A sterile white room. Fluorescent lights that hurt her eyes. The smell of antiseptic and something else—something chemical and wrong.
“The target is protected,” a voice said, cold and clinical. “I need more time.”
But it wasn’t her voice. It was someone else’s.
“You’re going to help us, Quinn,” a man wearing a white lab coat instructed. “Just like you helped the Russians.”
“I didn’t help them. I stopped them. And I won’t help you.” Her voice sounded hoarse as if she’d been screaming.
“You will. Unless you want us to kill your friend Dr. Hartwell.”
Her heart skipped a beat. “He’s still alive?”
“He is—for now. But he’s not being cooperative. We can’t do this without one of you.”
Quinn jerked back to the present, her heart pounding so hard she could hear it over the wind.
It all made sense now.
Those men had kept her alive because they needed her expertise.
Her knowledge of storm systems, her ability to predict and analyze hurricane behavior—they couldn’t do this without help.
“Are you okay?” Atlas’s voice pulled her out of her thoughts.
“It was another flashback.” Her voice came out breathless. She glanced at Atlas, finding comfort in his presence. “Someone was trying to force me to do something. They were going to kill Dr. Hartwell if I didn’t.”
“What do you mean?”
Still sitting in the van, she grabbed Hartwell’s notebook with trembling hands, reading his final entry.
More memories flooded back.
Standing in a laboratory, analyzing satellite data that showed impossible storm behavior.
Phone calls with colleagues who’d noticed similar anomalies in other storm systems.
The growing realization that someone with military-grade resources was conducting illegal weather modification experiments.
Their plan had failed in the Bahamas. She had to make sure it failed here as well.
Quinn pressed her palms against her temples as the full scope of the conspiracy became clear.
Someone hadn’t just been experimenting with weather modification—they’d been perfecting it. Using actual hurricanes as test cases, regardless of the civilian casualties.
These people had tried to make her and Hartwell help with their deadly project. When they’d come after her here on Lantern Beach, it wasn’t to kill her.
They wanted her alive. They were only trying to eliminate Atlas or anyone else who stood between them and her.
If not for Atlas finding her when he did, she might have completed whatever mission they’d manipulated her into working on.
If her theory was correct, Hurricane Delilah would soon be bearing down on this island with artificially enhanced fury, following the exact pattern Hartwell had died trying to expose.
Quinn glanced through the trees at the lighthouse as it towered in the distance. Beyond it, storm clouds gathered.

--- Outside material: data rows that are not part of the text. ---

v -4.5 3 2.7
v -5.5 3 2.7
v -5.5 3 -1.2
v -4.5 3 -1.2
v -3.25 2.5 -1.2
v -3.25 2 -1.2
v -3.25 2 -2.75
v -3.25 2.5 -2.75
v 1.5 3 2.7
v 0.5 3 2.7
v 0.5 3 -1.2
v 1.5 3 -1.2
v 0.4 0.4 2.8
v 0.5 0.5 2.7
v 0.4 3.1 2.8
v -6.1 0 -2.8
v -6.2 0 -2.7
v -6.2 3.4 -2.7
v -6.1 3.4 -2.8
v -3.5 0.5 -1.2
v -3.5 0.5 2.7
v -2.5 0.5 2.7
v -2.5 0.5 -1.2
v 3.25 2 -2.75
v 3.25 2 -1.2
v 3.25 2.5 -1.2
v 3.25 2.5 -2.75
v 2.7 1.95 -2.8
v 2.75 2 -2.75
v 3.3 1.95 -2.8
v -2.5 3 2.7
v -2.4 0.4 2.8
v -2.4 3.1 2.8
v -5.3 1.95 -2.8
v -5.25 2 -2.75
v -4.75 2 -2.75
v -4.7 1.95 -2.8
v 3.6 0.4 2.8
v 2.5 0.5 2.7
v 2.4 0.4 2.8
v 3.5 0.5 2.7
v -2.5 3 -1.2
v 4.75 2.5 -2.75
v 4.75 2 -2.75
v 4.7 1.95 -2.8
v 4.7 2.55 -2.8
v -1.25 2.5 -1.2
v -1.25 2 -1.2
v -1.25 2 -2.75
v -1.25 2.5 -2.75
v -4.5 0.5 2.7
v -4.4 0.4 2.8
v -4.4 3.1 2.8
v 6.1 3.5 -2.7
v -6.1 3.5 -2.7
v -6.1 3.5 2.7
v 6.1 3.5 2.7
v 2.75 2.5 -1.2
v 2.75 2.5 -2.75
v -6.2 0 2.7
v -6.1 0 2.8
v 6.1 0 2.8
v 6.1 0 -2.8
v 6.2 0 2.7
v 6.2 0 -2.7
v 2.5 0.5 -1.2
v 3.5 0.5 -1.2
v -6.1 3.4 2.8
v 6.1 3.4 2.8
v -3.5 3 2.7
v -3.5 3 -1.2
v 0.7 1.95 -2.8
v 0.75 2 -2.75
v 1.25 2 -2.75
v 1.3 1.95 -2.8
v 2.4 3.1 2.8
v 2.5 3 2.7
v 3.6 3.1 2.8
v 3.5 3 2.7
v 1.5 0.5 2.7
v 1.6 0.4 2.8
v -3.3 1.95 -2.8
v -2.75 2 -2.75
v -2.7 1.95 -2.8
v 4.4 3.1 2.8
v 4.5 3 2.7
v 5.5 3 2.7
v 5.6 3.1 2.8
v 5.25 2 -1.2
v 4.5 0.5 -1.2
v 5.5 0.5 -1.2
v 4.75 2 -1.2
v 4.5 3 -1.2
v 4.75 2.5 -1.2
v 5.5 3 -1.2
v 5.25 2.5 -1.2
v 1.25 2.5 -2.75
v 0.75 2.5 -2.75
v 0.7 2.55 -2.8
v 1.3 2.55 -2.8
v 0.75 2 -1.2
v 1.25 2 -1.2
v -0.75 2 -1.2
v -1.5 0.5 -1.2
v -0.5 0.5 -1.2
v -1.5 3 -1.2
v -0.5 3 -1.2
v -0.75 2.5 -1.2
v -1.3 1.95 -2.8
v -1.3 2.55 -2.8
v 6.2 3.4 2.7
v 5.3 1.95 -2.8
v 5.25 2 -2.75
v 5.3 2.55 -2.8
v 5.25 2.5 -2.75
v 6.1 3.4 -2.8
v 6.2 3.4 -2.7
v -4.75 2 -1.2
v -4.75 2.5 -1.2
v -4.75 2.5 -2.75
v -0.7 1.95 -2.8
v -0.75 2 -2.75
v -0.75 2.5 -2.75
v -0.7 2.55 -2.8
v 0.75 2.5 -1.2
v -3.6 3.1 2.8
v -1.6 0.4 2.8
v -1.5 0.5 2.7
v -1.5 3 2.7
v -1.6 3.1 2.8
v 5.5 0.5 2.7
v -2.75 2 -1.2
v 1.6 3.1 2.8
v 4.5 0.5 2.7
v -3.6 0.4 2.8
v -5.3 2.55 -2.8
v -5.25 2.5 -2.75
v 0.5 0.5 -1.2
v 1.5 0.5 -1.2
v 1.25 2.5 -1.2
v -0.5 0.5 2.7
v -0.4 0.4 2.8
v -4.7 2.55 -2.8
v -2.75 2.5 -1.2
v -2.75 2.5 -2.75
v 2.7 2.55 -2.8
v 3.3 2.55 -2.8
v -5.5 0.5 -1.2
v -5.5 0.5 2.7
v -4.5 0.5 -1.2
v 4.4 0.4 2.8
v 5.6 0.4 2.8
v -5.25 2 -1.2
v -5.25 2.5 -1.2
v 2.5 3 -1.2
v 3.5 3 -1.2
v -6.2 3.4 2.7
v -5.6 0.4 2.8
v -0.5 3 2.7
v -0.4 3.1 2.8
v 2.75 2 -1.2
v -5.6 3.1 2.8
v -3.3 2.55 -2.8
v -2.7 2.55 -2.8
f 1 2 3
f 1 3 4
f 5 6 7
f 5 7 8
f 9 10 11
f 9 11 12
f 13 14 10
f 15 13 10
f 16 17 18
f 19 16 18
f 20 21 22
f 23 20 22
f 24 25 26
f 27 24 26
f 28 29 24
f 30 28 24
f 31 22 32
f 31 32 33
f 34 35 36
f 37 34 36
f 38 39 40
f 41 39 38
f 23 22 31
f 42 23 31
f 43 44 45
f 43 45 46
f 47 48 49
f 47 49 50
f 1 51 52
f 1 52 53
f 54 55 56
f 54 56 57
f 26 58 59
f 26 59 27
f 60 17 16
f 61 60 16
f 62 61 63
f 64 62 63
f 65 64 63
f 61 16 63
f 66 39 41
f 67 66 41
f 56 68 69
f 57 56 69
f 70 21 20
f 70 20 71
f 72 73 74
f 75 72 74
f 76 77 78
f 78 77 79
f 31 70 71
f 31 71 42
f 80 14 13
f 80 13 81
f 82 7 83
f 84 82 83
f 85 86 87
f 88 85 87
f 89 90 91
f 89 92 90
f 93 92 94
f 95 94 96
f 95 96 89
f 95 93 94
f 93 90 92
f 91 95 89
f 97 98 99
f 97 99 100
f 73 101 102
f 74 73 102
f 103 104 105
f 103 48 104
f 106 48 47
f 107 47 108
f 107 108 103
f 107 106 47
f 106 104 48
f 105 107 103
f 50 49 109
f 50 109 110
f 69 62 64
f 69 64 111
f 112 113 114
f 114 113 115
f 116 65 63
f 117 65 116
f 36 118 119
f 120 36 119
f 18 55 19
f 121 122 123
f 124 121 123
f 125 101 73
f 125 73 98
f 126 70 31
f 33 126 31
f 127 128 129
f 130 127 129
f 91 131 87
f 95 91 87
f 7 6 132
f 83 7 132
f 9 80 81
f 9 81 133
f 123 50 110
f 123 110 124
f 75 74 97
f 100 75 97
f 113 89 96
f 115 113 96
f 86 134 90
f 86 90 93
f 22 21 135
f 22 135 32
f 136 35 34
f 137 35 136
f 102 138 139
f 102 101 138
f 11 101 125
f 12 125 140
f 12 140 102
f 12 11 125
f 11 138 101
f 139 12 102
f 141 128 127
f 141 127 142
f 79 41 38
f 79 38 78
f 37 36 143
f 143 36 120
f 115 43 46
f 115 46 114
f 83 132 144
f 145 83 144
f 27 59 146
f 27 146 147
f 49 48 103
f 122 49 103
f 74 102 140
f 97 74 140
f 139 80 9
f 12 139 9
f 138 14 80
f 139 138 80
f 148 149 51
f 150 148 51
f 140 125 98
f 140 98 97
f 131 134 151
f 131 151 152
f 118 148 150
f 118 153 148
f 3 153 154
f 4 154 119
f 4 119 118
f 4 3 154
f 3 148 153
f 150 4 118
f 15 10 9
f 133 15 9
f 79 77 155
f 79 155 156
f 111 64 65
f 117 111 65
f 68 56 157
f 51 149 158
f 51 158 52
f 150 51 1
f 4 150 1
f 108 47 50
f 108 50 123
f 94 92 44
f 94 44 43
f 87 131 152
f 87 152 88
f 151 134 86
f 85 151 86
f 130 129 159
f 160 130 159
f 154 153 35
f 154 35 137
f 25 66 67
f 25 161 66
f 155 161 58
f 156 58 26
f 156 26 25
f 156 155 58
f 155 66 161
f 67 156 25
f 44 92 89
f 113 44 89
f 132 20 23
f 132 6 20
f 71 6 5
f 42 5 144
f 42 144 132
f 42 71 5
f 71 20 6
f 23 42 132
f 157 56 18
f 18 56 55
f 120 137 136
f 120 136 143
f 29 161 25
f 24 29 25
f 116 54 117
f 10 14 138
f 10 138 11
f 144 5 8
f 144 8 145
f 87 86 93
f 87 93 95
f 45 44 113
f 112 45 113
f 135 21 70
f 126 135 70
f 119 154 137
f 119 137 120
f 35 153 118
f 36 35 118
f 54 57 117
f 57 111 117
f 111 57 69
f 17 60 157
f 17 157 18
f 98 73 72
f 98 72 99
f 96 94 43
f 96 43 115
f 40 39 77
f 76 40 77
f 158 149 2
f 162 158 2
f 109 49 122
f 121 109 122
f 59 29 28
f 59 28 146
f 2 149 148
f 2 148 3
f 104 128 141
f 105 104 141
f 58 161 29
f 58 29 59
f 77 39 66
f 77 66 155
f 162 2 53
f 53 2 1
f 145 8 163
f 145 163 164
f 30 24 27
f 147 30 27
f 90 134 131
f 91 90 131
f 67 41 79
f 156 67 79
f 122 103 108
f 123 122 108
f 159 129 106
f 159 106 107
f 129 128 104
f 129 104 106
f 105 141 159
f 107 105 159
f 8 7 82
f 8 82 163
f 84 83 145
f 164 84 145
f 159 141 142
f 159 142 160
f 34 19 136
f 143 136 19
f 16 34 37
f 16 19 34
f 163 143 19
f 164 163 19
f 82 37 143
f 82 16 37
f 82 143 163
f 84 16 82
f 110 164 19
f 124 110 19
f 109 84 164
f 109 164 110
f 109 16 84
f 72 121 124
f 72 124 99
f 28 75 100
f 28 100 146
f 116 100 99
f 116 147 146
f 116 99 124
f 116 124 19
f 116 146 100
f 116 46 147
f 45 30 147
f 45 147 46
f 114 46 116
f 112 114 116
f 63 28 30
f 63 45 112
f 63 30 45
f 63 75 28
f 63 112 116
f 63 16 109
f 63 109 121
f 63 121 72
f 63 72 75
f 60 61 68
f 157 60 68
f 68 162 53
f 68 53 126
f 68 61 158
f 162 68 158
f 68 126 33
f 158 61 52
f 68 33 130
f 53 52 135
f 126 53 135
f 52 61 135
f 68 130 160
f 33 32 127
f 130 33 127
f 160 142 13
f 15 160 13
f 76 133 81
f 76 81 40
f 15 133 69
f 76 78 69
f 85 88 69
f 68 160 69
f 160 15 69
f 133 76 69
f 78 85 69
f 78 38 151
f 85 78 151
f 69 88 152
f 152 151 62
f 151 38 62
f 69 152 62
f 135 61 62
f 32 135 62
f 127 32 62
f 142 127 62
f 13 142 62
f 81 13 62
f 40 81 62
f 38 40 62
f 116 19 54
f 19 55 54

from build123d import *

# Parameters (mm, degrees)
SKETCH1_W                  = 12.4
SKETCH1_H                  = 5.6
BOSS_EXTRUDE1_DEPTH        = 3.5
SKETCH2_W                  = 1
SKETCH2_H                  = 2.5
CUT_EXTRUDE1_DEPTH         = 4
CHAMFER1_SIZE              = 0.1
CUT_EXTRUDE2_REACH         = 10.166
SKETCH3_W                  = 0.5
SKETCH3_H                  = 0.5
CHAMFER3_SIZE              = 0.05
LPATTERN1_COUNT            = 6
LPATTERN1_PITCH            = 2
CHAMFER1_OF_LPATTERN1_SIZE = 0.1
CHAMFER3_OF_LPATTERN1_SIZE = 0.05
CHAMFER2_SIZE              = 0.1


with BuildPart() as part:
    # Sketch1 → Boss-Extrude1 (new body)
    with BuildSketch(Plane(origin=(0, 0, 0), x_dir=(1, 0, 0), z_dir=(0, 1, 0))):
        Rectangle(SKETCH1_W, SKETCH1_H)
    extrude(amount=BOSS_EXTRUDE1_DEPTH)

    # Sketch2 → Cut-Extrude1 (cut)
    with BuildSketch(Plane.XY.offset(2.8)):
        with Locations((-5, 1.75)):
            Rectangle(SKETCH2_W, SKETCH2_H)
    cut_extrude1 = extrude(amount=-CUT_EXTRUDE1_DEPTH, mode=Mode.SUBTRACT)

    # Chamfer1
    chamfer1_edges = [part.edges().sort_by_distance(p)[0] for p in [
        (-5, 3, 2.8),
        (-4.5, 1.75, 2.8),
        (-5.5, 1.75, 2.8),
        (-5, 0.5, 2.8),
    ]]
    chamfer(chamfer1_edges, length=CHAMFER1_SIZE)

    # Sketch3 → Cut-Extrude2 (cut, up to next)
    with BuildSketch(Plane.XY.offset(-1.2), mode=Mode.PRIVATE) as cut_extrude2_sk1:
        with Locations((-5, 2.25)):
            Rectangle(SKETCH3_W, SKETCH3_H)
    cut_extrude2_tool1 = extrude(cut_extrude2_sk1.sketch, amount=-CUT_EXTRUDE2_REACH, mode=Mode.PRIVATE) & part.part
    cut_extrude2 = cut_extrude2_tool1.solids().sort_by_distance((-5, 2.25, -1.2))[0]
    add(cut_extrude2, mode=Mode.SUBTRACT)

    # Chamfer3
    chamfer3_edges = [part.edges().sort_by_distance(p)[0] for p in [
        (-5.25, 2.25, -2.8),
        (-5, 2, -2.8),
        (-5, 2.5, -2.8),
        (-4.75, 2.25, -2.8),
    ]]
    chamfer(chamfer3_edges, length=CHAMFER3_SIZE)

    # LPattern1: Cut-Extrude1, Cut-Extrude2 ×6
    with Locations(*[(i * LPATTERN1_PITCH, 0, 0) for i in range(1, LPATTERN1_COUNT)]):
        add(cut_extrude1, mode=Mode.SUBTRACT)
        add(cut_extrude2, mode=Mode.SUBTRACT)

    # Chamfer1 of LPattern1
    chamfer1_of_lpattern1_edges = [part.edges().sort_by_distance(p)[0] for p in [
        (-3, 3, 2.8),
        (-2.5, 1.75, 2.8),
        (-3.5, 1.75, 2.8),
        (-3, 0.5, 2.8),
        (-1, 3, 2.8),
        (-0.5, 1.75, 2.8),
        (-1.5, 1.75, 2.8),
        (-1, 0.5, 2.8),
        (1, 3, 2.8),
        (1.5, 1.75, 2.8),
        (0.5, 1.75, 2.8),
        (1, 0.5, 2.8),
        (3, 3, 2.8),
        (3.5, 1.75, 2.8),
        (2.5, 1.75, 2.8),
        (3, 0.5, 2.8),
        (5, 3, 2.8),
        (5.5, 1.75, 2.8),
        (4.5, 1.75, 2.8),
        (5, 0.5, 2.8),
    ]]
    chamfer(chamfer1_of_lpattern1_edges, length=CHAMFER1_OF_LPATTERN1_SIZE)

    # Chamfer3 of LPattern1
    chamfer3_of_lpattern1_edges = [part.edges().sort_by_distance(p)[0] for p in [
        (-3.25, 2.25, -2.8),
        (-3, 2, -2.8),
        (-3, 2.5, -2.8),
        (-2.75, 2.25, -2.8),
        (-1.25, 2.25, -2.8),
        (-1, 2, -2.8),
        (-1, 2.5, -2.8),
        (-0.75, 2.25, -2.8),
        (0.75, 2.25, -2.8),
        (1, 2, -2.8),
        (1, 2.5, -2.8),
        (1.25, 2.25, -2.8),
        (2.75, 2.25, -2.8),
        (3, 2, -2.8),
        (3, 2.5, -2.8),
        (3.25, 2.25, -2.8),
        (4.75, 2.25, -2.8),
        (5, 2, -2.8),
        (5, 2.5, -2.8),
        (5.25, 2.25, -2.8),
    ]]
    chamfer(chamfer3_of_lpattern1_edges, length=CHAMFER3_OF_LPATTERN1_SIZE)

    # Chamfer2
    chamfer2_edges = [part.edges().sort_by_distance(p)[0] for p in [
        (6.2, 3.5, 0),
        (0, 3.5, -2.8),
        (-6.2, 3.5, 0),
        (0, 3.5, 2.8),
        (-6.2, 1.75, -2.8),
        (6.2, 1.75, -2.8),
        (6.2, 1.75, 2.8),
        (-6.2, 1.75, 2.8),
    ]]
    chamfer(chamfer2_edges, length=CHAMFER2_SIZE)


solid = part.part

This time, she stared at the sky with the trained eye of a meteorologist who finally remembered what she was looking at.
And she knew with certainty they were running out of time. They had to either stop this storm or get people off the island. Whatever these criminals had done, they’d figured out how to strengthen storms. To speed them up. To direct their paths.
“You guys, I found something!” Hudson yelled.
Quinn and Atlas glanced at each other before dashing from the van.